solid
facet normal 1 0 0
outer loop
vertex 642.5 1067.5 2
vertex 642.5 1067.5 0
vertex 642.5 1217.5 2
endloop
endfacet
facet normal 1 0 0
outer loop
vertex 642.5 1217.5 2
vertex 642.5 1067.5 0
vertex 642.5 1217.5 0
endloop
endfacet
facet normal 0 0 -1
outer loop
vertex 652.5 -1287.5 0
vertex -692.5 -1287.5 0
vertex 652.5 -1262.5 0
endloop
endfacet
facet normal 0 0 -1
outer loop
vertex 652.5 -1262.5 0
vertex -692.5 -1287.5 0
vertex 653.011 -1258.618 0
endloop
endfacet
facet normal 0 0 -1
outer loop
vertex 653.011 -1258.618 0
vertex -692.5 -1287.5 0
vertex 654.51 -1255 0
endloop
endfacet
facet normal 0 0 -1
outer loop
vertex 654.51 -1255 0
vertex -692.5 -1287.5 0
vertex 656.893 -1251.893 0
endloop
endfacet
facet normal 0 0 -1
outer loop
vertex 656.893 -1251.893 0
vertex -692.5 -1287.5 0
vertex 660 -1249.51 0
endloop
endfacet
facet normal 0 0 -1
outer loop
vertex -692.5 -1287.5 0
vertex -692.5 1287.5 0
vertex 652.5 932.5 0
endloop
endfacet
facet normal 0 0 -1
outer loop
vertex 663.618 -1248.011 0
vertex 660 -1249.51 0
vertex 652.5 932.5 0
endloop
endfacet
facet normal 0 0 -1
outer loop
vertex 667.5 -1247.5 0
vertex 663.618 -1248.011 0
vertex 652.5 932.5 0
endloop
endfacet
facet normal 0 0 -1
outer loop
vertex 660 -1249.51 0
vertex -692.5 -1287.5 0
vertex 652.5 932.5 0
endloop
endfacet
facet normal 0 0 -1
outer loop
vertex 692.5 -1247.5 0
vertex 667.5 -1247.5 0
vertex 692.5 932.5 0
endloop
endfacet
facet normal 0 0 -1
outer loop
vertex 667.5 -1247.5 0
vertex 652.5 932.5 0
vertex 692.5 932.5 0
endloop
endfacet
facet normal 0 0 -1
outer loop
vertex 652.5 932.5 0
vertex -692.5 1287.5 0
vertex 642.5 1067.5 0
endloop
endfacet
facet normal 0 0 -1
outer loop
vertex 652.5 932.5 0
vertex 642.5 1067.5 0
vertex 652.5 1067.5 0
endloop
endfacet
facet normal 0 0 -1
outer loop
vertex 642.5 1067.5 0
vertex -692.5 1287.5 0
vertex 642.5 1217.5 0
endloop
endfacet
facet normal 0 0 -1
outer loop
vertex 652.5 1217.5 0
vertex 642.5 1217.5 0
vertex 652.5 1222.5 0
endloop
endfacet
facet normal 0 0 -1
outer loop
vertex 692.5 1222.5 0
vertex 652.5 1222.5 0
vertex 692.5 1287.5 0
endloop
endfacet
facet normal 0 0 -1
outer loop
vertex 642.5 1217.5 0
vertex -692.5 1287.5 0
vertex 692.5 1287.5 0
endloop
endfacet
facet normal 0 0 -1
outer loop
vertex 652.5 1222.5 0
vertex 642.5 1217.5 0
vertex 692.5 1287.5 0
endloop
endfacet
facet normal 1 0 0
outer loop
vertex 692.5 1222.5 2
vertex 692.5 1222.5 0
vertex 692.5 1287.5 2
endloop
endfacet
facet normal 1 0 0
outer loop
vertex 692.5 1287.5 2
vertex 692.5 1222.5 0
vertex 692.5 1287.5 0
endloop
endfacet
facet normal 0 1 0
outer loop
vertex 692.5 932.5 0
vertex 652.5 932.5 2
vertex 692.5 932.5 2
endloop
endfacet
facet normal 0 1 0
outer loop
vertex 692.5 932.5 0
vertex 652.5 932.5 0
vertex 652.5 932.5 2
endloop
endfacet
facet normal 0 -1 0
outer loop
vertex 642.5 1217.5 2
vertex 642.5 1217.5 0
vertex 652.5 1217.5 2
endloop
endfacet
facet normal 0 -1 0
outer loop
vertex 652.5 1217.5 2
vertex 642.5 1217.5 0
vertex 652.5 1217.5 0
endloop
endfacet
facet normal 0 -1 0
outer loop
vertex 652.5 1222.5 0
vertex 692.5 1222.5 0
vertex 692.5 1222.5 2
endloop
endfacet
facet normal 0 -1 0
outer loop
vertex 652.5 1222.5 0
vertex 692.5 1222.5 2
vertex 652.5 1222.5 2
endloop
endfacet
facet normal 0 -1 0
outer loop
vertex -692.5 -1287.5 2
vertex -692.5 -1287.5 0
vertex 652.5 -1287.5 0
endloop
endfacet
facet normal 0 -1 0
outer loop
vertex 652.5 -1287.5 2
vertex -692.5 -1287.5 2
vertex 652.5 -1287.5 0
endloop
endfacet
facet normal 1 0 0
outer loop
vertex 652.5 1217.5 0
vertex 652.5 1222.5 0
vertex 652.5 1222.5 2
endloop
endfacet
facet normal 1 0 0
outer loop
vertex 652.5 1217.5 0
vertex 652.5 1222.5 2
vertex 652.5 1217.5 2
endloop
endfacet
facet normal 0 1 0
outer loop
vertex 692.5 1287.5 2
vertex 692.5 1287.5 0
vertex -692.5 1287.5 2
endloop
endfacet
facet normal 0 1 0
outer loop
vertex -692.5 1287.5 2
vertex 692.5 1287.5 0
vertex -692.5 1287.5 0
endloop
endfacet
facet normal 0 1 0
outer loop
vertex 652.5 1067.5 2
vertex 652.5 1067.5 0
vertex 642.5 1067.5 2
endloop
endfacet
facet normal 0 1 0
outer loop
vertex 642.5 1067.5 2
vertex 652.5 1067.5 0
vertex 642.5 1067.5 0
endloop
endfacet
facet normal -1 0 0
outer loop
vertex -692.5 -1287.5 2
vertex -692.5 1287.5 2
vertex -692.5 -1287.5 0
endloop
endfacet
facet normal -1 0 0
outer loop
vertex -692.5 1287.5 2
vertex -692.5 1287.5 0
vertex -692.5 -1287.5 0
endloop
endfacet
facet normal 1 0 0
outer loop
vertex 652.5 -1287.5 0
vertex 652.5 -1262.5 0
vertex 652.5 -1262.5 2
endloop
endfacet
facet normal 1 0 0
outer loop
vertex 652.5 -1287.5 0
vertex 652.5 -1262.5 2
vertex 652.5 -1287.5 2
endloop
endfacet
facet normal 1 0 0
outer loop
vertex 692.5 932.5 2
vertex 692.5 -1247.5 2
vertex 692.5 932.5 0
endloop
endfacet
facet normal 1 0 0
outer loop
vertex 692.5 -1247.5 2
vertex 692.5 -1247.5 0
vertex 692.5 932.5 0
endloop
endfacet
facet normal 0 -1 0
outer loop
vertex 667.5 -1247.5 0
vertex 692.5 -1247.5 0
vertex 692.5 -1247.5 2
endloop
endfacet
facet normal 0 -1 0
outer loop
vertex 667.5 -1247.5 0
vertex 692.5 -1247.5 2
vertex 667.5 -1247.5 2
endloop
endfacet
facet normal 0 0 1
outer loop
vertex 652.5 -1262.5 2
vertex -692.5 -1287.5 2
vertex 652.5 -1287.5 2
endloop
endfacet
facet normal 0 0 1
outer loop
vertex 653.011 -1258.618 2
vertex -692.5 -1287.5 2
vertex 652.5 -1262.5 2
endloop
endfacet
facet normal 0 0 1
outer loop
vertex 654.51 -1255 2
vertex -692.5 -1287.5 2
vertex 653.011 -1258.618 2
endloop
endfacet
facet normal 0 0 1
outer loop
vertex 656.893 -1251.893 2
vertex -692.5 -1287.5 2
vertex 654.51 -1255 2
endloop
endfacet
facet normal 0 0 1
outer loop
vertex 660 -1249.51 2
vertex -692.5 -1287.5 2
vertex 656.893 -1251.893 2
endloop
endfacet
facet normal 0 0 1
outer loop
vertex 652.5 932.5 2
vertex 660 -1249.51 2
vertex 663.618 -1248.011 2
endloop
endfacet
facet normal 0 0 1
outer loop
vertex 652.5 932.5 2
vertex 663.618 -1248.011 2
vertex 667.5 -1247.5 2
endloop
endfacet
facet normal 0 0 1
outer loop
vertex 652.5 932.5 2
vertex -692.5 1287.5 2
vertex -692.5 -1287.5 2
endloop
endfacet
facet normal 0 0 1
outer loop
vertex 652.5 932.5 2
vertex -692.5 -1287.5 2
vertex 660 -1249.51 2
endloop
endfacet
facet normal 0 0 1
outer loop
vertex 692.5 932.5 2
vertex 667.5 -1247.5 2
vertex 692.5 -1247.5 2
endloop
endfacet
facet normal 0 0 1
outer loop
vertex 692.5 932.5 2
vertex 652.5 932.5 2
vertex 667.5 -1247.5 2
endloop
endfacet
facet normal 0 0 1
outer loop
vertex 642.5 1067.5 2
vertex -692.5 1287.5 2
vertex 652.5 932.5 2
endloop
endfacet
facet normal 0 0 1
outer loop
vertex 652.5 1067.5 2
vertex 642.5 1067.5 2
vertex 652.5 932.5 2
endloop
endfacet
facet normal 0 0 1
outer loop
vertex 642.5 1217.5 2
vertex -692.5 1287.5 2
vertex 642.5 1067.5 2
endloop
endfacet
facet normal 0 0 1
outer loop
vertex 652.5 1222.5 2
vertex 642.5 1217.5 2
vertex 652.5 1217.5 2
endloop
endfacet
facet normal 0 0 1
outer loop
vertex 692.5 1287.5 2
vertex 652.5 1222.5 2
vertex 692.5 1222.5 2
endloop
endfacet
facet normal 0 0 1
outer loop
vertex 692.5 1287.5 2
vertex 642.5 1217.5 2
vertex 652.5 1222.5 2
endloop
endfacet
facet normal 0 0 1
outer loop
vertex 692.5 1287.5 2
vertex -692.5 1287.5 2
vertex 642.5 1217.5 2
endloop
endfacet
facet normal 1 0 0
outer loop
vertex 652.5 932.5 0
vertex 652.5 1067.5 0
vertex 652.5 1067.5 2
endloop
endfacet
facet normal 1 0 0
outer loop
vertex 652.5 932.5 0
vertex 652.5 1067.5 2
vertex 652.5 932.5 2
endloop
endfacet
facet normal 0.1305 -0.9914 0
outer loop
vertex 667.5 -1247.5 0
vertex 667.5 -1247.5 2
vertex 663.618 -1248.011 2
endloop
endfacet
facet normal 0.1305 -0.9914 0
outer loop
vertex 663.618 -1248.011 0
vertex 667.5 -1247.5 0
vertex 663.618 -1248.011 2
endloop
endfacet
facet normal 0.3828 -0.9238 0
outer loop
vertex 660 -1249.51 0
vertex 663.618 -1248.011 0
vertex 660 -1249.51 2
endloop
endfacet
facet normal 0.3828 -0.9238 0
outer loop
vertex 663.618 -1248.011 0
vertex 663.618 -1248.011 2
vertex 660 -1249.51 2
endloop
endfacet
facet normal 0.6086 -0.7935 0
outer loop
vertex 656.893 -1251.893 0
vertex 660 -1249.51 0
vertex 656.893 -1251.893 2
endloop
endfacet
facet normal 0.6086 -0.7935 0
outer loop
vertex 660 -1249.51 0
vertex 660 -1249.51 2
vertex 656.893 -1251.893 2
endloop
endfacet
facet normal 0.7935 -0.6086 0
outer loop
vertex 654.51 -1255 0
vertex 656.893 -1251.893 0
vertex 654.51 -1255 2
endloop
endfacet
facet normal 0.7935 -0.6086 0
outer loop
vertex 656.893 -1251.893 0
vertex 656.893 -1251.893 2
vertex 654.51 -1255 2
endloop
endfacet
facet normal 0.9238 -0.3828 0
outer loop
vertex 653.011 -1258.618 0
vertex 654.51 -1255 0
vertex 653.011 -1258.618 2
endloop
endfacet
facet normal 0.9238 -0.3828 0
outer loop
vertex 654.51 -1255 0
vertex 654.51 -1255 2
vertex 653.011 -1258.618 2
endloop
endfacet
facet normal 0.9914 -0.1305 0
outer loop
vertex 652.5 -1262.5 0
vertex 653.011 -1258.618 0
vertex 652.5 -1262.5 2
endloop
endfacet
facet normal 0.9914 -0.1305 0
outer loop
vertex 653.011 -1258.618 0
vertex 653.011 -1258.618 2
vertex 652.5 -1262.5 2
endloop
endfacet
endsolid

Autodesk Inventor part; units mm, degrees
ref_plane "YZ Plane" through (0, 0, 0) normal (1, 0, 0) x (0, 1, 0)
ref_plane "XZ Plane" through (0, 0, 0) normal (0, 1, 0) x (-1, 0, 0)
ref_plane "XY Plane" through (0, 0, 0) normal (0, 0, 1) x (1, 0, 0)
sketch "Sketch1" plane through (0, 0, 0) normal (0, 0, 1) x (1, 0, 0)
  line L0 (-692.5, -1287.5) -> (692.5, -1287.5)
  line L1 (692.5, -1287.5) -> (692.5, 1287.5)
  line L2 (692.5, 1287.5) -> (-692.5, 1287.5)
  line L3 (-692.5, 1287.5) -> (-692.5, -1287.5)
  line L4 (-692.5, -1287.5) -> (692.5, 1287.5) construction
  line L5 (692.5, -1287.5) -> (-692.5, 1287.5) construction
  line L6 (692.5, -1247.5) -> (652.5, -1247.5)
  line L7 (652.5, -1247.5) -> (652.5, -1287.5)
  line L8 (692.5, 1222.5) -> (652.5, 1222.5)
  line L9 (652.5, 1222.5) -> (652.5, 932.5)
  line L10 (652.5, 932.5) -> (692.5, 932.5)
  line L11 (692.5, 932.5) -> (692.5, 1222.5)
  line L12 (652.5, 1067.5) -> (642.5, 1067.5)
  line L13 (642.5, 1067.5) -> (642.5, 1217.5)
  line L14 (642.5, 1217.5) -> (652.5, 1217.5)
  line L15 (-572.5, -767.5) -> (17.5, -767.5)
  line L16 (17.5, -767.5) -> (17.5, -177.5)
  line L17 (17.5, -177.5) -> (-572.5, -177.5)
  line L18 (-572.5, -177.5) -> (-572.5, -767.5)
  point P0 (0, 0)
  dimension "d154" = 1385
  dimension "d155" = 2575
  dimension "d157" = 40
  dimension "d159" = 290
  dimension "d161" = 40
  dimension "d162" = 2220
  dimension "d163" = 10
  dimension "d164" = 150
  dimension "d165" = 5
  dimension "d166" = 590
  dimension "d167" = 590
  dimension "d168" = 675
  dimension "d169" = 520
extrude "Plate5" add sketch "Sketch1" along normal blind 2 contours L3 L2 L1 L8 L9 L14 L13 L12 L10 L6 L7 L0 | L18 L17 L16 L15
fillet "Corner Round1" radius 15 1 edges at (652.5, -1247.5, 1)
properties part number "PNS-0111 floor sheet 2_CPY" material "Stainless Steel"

==

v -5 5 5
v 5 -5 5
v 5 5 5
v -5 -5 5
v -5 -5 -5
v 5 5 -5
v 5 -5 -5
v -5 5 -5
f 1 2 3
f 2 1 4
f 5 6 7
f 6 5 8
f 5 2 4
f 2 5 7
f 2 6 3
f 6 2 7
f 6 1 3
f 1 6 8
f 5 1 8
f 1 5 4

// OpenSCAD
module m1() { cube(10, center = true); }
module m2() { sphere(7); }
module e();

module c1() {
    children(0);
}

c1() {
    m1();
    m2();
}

...

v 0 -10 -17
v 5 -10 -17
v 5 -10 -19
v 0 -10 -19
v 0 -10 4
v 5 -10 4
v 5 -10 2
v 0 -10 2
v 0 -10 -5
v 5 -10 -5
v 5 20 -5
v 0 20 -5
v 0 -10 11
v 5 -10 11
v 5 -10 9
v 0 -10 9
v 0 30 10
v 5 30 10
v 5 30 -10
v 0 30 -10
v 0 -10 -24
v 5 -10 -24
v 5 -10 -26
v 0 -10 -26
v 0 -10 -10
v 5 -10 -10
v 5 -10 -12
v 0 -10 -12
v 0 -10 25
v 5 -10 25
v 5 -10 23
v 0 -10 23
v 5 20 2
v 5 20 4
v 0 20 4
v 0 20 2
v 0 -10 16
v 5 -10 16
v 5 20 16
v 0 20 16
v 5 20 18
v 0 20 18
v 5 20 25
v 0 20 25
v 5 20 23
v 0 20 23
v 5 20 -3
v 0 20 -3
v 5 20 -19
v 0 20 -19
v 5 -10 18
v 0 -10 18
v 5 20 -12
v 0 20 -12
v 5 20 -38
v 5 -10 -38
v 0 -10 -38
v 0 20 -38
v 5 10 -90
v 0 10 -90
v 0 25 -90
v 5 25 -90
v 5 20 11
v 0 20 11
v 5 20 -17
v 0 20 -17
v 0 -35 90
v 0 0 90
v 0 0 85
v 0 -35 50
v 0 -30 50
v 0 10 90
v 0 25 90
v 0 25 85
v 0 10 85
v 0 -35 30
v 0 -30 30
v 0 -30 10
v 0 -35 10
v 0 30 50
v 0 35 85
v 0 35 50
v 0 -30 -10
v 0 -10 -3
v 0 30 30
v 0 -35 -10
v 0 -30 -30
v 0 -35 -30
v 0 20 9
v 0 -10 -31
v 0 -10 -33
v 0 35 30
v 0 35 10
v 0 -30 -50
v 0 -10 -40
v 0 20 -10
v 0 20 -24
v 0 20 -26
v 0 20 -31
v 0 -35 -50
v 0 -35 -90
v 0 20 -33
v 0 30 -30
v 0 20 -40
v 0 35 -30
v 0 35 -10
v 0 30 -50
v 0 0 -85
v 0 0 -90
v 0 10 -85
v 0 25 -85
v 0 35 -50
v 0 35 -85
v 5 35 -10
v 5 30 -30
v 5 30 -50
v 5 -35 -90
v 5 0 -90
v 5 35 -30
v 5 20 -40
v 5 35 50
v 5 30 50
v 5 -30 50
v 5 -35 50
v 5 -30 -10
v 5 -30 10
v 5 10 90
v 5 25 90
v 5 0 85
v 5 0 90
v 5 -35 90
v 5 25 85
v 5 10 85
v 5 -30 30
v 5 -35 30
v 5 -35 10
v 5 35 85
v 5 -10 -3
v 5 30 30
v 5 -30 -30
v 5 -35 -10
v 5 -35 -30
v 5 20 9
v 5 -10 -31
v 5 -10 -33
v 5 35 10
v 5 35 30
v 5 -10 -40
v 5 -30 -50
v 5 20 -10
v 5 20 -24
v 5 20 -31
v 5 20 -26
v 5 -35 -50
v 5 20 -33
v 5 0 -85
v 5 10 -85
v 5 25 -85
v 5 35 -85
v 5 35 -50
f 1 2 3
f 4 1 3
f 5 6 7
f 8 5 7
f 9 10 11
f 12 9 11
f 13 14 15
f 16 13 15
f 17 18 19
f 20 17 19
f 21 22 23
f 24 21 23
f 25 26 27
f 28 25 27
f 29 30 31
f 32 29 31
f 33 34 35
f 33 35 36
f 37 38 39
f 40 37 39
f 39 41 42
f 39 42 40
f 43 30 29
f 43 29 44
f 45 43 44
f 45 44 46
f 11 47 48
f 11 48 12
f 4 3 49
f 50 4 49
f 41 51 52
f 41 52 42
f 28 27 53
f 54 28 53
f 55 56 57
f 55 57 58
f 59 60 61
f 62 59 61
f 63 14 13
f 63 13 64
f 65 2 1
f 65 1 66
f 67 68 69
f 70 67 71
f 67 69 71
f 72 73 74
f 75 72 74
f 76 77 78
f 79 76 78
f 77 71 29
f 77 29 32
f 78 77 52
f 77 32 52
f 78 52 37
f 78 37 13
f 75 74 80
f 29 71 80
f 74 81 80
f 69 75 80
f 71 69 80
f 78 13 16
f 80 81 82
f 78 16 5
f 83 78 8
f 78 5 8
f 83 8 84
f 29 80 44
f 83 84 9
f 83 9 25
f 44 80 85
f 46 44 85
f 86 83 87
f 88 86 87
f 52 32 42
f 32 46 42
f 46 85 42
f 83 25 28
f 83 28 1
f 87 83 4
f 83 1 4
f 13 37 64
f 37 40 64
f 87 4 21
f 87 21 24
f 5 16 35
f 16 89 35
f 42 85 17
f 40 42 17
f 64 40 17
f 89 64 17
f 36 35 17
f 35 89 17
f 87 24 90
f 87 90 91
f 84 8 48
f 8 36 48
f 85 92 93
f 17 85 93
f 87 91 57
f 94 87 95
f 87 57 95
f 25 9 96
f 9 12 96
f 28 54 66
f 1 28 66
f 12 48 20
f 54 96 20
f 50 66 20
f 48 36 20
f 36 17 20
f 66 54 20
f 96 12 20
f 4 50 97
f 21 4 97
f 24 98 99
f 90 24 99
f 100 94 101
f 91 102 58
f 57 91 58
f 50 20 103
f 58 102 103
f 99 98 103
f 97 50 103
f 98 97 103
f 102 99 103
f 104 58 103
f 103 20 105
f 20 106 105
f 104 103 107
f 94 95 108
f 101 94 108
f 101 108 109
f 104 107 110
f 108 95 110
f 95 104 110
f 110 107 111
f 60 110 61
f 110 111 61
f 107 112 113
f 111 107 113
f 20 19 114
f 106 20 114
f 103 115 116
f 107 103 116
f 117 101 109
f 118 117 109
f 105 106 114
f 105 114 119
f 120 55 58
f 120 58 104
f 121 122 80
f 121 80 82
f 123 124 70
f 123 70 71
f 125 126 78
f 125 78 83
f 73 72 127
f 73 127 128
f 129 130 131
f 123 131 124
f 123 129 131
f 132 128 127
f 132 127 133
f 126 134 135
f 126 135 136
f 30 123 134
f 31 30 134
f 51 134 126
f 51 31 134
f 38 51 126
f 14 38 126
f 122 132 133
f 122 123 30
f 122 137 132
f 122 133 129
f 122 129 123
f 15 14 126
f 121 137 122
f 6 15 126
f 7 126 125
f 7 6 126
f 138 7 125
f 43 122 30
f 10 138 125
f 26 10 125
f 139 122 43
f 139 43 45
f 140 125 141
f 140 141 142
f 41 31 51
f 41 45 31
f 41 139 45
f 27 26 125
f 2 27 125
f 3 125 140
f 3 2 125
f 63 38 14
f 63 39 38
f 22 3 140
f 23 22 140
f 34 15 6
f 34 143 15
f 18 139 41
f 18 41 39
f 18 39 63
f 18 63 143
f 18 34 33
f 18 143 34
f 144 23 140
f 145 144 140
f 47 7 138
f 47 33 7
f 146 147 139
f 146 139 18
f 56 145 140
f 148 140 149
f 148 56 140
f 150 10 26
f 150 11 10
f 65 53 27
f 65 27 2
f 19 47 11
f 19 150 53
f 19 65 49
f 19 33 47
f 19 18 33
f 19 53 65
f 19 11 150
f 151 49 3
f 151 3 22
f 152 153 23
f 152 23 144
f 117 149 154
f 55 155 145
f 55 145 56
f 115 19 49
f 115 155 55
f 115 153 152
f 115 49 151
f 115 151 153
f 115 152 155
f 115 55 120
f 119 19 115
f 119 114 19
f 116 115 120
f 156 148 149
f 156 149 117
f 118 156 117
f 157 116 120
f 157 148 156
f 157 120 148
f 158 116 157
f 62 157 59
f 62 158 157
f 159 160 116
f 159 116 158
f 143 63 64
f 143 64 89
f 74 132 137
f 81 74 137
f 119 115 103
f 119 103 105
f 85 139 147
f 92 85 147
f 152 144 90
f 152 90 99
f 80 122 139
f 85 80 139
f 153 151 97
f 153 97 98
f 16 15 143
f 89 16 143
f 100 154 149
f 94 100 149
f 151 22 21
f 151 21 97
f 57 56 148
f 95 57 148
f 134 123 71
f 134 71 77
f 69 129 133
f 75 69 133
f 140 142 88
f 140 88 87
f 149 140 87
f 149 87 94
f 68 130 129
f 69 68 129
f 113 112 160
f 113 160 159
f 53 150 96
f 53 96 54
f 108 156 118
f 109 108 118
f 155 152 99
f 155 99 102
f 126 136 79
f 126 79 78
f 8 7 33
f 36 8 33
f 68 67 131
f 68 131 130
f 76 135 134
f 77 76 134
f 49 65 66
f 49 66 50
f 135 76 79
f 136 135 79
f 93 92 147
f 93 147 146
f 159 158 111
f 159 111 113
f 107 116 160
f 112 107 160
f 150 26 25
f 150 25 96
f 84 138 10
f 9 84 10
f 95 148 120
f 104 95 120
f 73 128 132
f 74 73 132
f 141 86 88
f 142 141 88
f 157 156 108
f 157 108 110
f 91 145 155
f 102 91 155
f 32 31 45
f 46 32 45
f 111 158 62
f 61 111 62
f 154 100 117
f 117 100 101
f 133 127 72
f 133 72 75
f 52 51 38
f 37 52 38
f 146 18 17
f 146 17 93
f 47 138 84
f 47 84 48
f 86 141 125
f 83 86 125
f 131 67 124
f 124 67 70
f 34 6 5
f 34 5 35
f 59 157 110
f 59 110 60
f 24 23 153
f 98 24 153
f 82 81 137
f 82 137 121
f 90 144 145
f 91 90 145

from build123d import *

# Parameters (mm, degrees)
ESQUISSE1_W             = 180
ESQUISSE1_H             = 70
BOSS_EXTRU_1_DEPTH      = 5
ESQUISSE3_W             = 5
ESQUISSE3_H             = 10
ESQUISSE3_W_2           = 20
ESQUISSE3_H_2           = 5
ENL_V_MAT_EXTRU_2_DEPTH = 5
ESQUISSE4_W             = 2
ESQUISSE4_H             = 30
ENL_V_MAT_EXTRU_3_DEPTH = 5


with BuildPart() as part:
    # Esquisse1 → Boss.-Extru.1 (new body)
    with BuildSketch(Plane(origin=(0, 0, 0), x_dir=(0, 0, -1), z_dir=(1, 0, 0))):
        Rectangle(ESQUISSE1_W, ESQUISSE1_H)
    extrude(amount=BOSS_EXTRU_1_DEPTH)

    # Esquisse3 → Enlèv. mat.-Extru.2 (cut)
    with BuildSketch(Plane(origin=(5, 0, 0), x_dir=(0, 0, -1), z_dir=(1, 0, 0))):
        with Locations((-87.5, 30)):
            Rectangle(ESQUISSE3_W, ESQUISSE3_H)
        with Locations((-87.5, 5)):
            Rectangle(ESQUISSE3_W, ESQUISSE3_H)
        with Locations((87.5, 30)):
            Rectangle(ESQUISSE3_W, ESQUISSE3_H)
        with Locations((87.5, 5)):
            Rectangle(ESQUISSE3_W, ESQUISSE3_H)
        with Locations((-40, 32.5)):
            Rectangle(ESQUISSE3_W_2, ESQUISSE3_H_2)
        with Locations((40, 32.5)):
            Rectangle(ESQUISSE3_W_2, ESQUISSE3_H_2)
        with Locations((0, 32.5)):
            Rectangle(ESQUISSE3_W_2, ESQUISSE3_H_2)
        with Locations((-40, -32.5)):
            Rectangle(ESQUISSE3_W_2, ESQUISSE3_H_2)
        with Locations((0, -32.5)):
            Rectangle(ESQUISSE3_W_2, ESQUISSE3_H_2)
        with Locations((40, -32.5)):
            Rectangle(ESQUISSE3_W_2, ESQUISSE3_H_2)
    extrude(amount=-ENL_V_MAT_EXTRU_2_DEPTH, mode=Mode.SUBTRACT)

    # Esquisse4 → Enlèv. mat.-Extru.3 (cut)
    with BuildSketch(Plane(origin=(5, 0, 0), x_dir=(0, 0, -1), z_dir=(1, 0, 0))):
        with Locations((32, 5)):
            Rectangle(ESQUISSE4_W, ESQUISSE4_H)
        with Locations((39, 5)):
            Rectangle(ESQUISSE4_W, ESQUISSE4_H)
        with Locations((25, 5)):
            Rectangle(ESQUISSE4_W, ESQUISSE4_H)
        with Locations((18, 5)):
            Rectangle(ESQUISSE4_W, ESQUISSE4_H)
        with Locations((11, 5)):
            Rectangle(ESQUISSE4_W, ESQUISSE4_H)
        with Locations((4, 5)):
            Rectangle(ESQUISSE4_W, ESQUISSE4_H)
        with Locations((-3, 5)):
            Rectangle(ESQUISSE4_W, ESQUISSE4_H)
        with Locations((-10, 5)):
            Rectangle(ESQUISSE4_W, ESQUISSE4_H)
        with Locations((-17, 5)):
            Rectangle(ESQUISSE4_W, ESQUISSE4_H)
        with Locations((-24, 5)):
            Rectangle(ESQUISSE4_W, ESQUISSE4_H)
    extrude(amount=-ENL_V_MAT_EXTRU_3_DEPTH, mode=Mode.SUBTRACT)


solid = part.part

* _Exercise details_
Starting with the line above that holds "f 146 17 93" and stopping with the line that holds "f 91 90 145", reproduce each line exactly, omitting all other lines.

* _Written solution_
f 146 17 93
f 47 138 84
f 47 84 48
f 86 141 125
f 83 86 125
f 131 67 124
f 124 67 70
f 34 6 5
f 34 5 35
f 59 157 110
f 59 110 60
f 24 23 153
f 98 24 153
f 82 81 137
f 82 137 121
f 90 144 145
f 91 90 145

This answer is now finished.